Here's the top plate sitting on top of the injector plate. I've drilled 12 holes on the periphery and 4 holes in the center for bolting the plates together. The very center hole with the transfer punch in it is for centering the 2 plates. When done, the center hole will be drilled out larger and tapped for the N2O line.
It's a good thing I'm not 19 or 20 years old anymore. I didn't have much patience back then and one thing I've found with the mill is you need a lot of patience. It takes as much or more time setting up the part and the mill as it does to do the machining. I'm sure things will speed up as I get more experience...
4 November, 2009:
Here the 2 plates that form the injector are pretty much done. All 16 bolt holes have been drilled and tapped as well as the fuel and N2O inlet holes. I made a gasket out of EPDM rubber and used my new gasket punch set to cut the holes, it worked very well and was a good $17 investment! I have no idea how well the gasket will seal under pressure, but EPDM is compatible with both N2O and ethanol.

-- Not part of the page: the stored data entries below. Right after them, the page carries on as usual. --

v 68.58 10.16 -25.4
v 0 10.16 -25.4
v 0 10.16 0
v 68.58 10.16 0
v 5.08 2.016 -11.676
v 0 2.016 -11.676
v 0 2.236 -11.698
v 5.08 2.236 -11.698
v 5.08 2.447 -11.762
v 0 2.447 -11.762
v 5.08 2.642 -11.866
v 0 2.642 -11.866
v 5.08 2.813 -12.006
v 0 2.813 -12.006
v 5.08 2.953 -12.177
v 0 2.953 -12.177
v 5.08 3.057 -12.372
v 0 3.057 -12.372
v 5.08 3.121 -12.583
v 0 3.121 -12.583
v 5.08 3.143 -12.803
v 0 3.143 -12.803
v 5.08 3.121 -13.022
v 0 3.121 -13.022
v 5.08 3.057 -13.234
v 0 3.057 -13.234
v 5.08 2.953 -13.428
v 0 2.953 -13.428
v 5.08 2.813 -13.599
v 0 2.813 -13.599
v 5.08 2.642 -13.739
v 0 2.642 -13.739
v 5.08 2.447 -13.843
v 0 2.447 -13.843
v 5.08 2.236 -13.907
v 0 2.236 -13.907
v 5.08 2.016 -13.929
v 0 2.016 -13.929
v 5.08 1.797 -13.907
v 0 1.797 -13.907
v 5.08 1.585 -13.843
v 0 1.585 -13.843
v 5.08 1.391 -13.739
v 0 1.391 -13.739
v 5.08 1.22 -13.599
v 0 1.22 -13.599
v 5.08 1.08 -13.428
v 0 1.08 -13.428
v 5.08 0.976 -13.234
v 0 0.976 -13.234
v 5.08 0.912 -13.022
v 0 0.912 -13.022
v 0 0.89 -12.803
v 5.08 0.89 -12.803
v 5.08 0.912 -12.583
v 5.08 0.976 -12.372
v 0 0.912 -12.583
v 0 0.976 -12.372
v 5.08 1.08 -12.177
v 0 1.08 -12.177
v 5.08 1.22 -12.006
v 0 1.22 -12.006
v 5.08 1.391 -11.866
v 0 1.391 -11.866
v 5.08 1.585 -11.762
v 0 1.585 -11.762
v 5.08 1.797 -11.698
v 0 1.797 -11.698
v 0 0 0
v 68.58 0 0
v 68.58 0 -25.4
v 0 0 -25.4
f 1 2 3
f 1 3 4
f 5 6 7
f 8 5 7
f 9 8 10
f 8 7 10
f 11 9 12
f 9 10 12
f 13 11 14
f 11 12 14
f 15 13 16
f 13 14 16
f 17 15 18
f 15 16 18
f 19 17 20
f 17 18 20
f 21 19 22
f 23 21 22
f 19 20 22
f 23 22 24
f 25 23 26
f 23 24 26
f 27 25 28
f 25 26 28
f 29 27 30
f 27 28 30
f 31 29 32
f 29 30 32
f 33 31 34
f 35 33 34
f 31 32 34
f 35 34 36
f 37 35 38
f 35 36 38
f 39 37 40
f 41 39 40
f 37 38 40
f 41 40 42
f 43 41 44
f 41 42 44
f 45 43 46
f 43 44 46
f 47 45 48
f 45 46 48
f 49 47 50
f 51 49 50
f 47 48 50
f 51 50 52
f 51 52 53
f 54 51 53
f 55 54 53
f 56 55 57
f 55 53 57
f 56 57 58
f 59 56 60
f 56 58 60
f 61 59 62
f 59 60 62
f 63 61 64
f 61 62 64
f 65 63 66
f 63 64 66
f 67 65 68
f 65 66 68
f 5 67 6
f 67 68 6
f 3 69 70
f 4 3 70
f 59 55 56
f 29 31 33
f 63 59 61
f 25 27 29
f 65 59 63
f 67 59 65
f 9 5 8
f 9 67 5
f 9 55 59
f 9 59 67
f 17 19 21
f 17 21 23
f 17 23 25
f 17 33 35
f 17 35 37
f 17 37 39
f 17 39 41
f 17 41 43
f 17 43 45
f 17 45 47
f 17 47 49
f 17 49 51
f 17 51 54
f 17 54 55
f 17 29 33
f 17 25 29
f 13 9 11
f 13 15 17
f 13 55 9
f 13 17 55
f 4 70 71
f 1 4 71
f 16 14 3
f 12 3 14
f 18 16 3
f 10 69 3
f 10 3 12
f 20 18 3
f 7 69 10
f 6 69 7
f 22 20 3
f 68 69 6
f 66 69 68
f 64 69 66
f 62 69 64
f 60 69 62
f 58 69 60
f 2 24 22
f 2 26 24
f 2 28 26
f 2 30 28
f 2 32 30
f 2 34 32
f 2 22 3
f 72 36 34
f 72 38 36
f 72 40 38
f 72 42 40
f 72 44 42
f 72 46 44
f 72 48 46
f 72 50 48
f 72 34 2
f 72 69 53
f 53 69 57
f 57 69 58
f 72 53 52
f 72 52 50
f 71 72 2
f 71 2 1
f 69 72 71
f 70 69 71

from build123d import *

# Parameters (mm, degrees)
SKETCH1_W           = 68.58
SKETCH1_H           = 25.4
BOSS_EXTRUDE1_DEPTH = 10.16
SKETCH2_R           = 1.126258331
CUT_EXTRUDE1_DEPTH  = 5.08


with BuildPart() as part:
    # Sketch1 → Boss-Extrude1 (new body)
    with BuildSketch(Plane(origin=(0, 0, 0), x_dir=(1, 0, 0), z_dir=(0, 1, 0))):
        with Locations((34.29, 12.7)):
            Rectangle(SKETCH1_W, SKETCH1_H)
    extrude(amount=BOSS_EXTRUDE1_DEPTH)

    # Sketch2 → Cut-Extrude1 (cut)
    with BuildSketch(Plane.ZY):
        with Locations((-12.802546148, 2.016433815)):
            Circle(SKETCH2_R)
    extrude(amount=-CUT_EXTRUDE1_DEPTH, mode=Mode.SUBTRACT)


solid = part.part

Here's the injector plates bolted together and a couple of 1/4" pipe fittings threaded into the injector top plate. Next time I place an order for hardware I'll replace the flat head bolts with some hex head bolts. I want to be able to torque the bolts with a torque wrench for consistence. Next I'll run some water through the injector and see how it performs.
5 November, 2009:
Here's a water flow test of just the fuel injectors. This isn't what the stream will look like when the N2O injector holes are flowing, but it does show a pretty good pattern indicating my holes were drilled properly.

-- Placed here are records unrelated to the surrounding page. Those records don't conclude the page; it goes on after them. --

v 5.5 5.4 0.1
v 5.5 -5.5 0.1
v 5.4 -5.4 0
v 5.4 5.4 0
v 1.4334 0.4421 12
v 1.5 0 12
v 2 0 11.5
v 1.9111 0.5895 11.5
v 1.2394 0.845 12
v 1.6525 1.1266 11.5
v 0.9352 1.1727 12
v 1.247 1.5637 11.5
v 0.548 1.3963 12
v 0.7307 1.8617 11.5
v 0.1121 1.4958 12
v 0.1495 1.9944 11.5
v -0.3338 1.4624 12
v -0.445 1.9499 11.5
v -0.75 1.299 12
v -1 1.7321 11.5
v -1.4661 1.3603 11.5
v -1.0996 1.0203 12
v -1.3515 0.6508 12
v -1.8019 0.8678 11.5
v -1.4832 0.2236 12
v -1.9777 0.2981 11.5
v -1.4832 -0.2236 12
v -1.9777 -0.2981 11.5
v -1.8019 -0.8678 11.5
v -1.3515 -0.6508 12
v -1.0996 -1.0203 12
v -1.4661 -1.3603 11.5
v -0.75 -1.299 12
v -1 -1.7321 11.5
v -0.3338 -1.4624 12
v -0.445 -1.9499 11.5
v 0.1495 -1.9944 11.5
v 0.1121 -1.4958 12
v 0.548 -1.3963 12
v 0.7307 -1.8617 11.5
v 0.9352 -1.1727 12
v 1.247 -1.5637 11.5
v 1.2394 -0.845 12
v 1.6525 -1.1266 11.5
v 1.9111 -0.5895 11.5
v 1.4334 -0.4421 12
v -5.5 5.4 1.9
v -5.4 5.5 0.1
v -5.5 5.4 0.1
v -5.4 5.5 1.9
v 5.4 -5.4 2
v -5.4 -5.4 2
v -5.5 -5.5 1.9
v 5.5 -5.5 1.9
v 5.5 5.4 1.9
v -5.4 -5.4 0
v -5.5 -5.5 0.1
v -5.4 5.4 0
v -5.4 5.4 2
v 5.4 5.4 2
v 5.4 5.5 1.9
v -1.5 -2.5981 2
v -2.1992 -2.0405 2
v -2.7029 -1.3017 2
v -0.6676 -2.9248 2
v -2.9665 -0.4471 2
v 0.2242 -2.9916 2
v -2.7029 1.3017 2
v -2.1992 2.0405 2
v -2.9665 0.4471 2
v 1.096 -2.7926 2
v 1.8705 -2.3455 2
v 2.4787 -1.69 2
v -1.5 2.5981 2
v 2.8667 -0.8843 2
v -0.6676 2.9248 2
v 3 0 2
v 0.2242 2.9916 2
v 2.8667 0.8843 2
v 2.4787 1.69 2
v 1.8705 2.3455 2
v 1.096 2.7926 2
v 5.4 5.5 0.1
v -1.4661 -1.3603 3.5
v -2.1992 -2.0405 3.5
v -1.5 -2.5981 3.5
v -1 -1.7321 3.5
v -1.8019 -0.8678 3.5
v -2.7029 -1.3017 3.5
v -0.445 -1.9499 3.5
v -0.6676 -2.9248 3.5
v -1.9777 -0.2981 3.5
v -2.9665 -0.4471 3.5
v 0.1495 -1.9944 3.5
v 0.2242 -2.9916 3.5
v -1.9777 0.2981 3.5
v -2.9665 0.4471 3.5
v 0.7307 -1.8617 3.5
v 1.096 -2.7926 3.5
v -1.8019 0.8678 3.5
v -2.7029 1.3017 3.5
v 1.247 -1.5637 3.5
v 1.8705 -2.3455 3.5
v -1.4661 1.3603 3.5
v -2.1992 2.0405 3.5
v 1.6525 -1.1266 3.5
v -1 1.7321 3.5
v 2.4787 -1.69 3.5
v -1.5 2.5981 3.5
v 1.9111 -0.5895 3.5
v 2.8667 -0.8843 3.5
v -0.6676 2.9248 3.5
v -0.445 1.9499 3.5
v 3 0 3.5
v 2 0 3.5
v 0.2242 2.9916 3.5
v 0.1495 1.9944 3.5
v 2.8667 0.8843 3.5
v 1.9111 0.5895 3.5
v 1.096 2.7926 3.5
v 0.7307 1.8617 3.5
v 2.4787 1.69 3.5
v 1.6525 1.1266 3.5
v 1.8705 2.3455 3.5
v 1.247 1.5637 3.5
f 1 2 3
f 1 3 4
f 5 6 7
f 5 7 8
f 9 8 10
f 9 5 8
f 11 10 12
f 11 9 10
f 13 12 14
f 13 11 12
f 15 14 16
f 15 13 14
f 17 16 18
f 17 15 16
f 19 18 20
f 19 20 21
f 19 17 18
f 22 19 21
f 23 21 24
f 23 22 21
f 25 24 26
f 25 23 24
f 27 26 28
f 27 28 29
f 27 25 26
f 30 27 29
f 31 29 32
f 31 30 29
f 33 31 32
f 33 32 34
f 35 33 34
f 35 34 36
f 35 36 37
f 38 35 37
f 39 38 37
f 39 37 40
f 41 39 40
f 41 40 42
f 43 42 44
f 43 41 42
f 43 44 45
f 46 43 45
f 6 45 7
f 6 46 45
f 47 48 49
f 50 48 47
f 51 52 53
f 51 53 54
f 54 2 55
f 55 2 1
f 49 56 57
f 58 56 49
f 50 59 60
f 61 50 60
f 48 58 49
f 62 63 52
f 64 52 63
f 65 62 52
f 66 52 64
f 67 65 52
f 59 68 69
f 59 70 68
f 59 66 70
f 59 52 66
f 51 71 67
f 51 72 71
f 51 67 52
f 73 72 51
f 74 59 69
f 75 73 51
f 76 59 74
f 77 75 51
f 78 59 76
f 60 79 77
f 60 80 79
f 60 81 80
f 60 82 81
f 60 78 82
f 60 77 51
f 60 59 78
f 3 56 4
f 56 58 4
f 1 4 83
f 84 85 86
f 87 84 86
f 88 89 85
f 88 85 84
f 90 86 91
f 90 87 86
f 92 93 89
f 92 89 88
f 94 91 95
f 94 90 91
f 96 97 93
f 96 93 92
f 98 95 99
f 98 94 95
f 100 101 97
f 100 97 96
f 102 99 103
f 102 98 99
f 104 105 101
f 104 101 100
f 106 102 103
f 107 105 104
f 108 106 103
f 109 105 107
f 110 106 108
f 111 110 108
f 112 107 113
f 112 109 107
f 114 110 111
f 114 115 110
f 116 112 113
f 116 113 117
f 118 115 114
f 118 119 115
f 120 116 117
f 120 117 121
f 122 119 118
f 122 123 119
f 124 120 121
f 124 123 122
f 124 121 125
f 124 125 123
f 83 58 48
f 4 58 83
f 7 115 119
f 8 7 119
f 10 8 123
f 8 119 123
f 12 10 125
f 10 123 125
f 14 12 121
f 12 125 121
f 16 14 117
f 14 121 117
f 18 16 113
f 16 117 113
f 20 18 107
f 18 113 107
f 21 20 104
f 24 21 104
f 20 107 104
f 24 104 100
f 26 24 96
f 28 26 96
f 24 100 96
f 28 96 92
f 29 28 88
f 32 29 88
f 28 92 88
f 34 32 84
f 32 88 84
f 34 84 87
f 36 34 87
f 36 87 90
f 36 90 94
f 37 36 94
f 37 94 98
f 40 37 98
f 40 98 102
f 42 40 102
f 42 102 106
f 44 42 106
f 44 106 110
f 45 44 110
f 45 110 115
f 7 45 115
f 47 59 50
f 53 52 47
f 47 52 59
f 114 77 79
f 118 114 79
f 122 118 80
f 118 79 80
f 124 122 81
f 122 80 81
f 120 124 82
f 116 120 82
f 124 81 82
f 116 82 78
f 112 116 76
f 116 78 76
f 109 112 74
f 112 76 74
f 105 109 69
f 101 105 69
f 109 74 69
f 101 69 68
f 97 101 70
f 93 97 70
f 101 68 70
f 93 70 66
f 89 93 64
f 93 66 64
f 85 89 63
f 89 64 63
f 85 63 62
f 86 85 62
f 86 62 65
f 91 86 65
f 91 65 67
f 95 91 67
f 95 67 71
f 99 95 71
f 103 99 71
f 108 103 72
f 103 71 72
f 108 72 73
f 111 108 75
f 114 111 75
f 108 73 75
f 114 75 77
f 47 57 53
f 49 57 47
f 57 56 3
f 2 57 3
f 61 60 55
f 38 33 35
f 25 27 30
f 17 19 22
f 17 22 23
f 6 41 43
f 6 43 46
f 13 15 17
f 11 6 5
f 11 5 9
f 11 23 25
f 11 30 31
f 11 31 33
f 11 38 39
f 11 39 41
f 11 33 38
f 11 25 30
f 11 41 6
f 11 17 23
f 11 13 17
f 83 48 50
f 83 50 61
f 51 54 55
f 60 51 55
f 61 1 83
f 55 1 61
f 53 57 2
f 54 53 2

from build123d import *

# Parameters (mm, degrees)
SKETCH1_W           = 11
SKETCH1_H           = 11
BOSS_EXTRUDE1_DEPTH = 2
SKETCH2_R           = 2
BOSS_EXTRUDE2_DEPTH = 10
CHAMFER1_SIZE       = 0.1
SKETCH3_R           = 3
BOSS_EXTRUDE3_DEPTH = 1.5
CHAMFER2_SIZE       = 0.5


with BuildPart() as part:
    # Sketch1 → Boss-Extrude1 (new body)
    with BuildSketch(Plane.XY):
        Rectangle(SKETCH1_W, SKETCH1_H)
    extrude(amount=BOSS_EXTRUDE1_DEPTH)

    # Sketch2 → Boss-Extrude2 (add)
    with BuildSketch(Plane.XY.offset(2)):
        Circle(SKETCH2_R)
    extrude(amount=BOSS_EXTRUDE2_DEPTH)

    # Chamfer1
    chamfer1_edges = [part.edges().sort_by_distance(p)[0] for p in [
        (-5.5, 0, 2),
        (0, -5.5, 2),
        (5.5, 0, 2),
        (0, -5.5, 0),
        (-5.5, 0, 0),
        (0, 5.5, 0),
        (5.5, 0, 0),
        (0, 5.5, 2),
        (-5.5, 5.5, 1),
        (5.5, 5.5, 1),
    ]]
    chamfer(chamfer1_edges, length=CHAMFER1_SIZE)

    # Sketch3 → Boss-Extrude3 (add)
    with BuildSketch(Plane.XY.offset(2)):
        Circle(SKETCH3_R)
    extrude(amount=BOSS_EXTRUDE3_DEPTH)

    # Chamfer2
    chamfer2_edges = [part.edges().sort_by_distance(p)[0] for p in [
        (-2, 0, 12),
    ]]
    chamfer(chamfer2_edges, length=CHAMFER2_SIZE)


solid = part.part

Now I'm flowing water through both fuel and N2O injector holes. Remember there are 4 fuel holes that didn't get drilled, so the "odd" looking flow pattern is from those lack of holes.
Here's a close up of the impingement points. Very nice if you don't mind my saying... This was exactly what I was hoping for.
Since this injector seems to be working the way it was intended, I'll try drilling the bad fuel holes just outside the original holes. While this will move the impingement point some, I think it will still work.
21 January, 2010:
It's been a while since I've worked on anything in the shop. Very cold weather and a series of winter storms have made working in the shop problematic, not to mention any outside work out of the question.
Here's the aftermath of the most recent storm, the wind is still blowing but at least the skies have cleared.
Same day looking north, these drifts are about 7 to 10' high.
And my living room window, now completely covered with snow. The snow reached the roof about 12' high in this location.
Back to the rocket engine...
Here I'm doing a test cut of an o-ring gland.
I finally turned the shop heat on for a couple of hours and did a test cut of an o-ring gland in an upper injector bulkhead. I'm using a Woodruff key cutter to make the slot. It seemed to work very well and I'll cut the actual part next.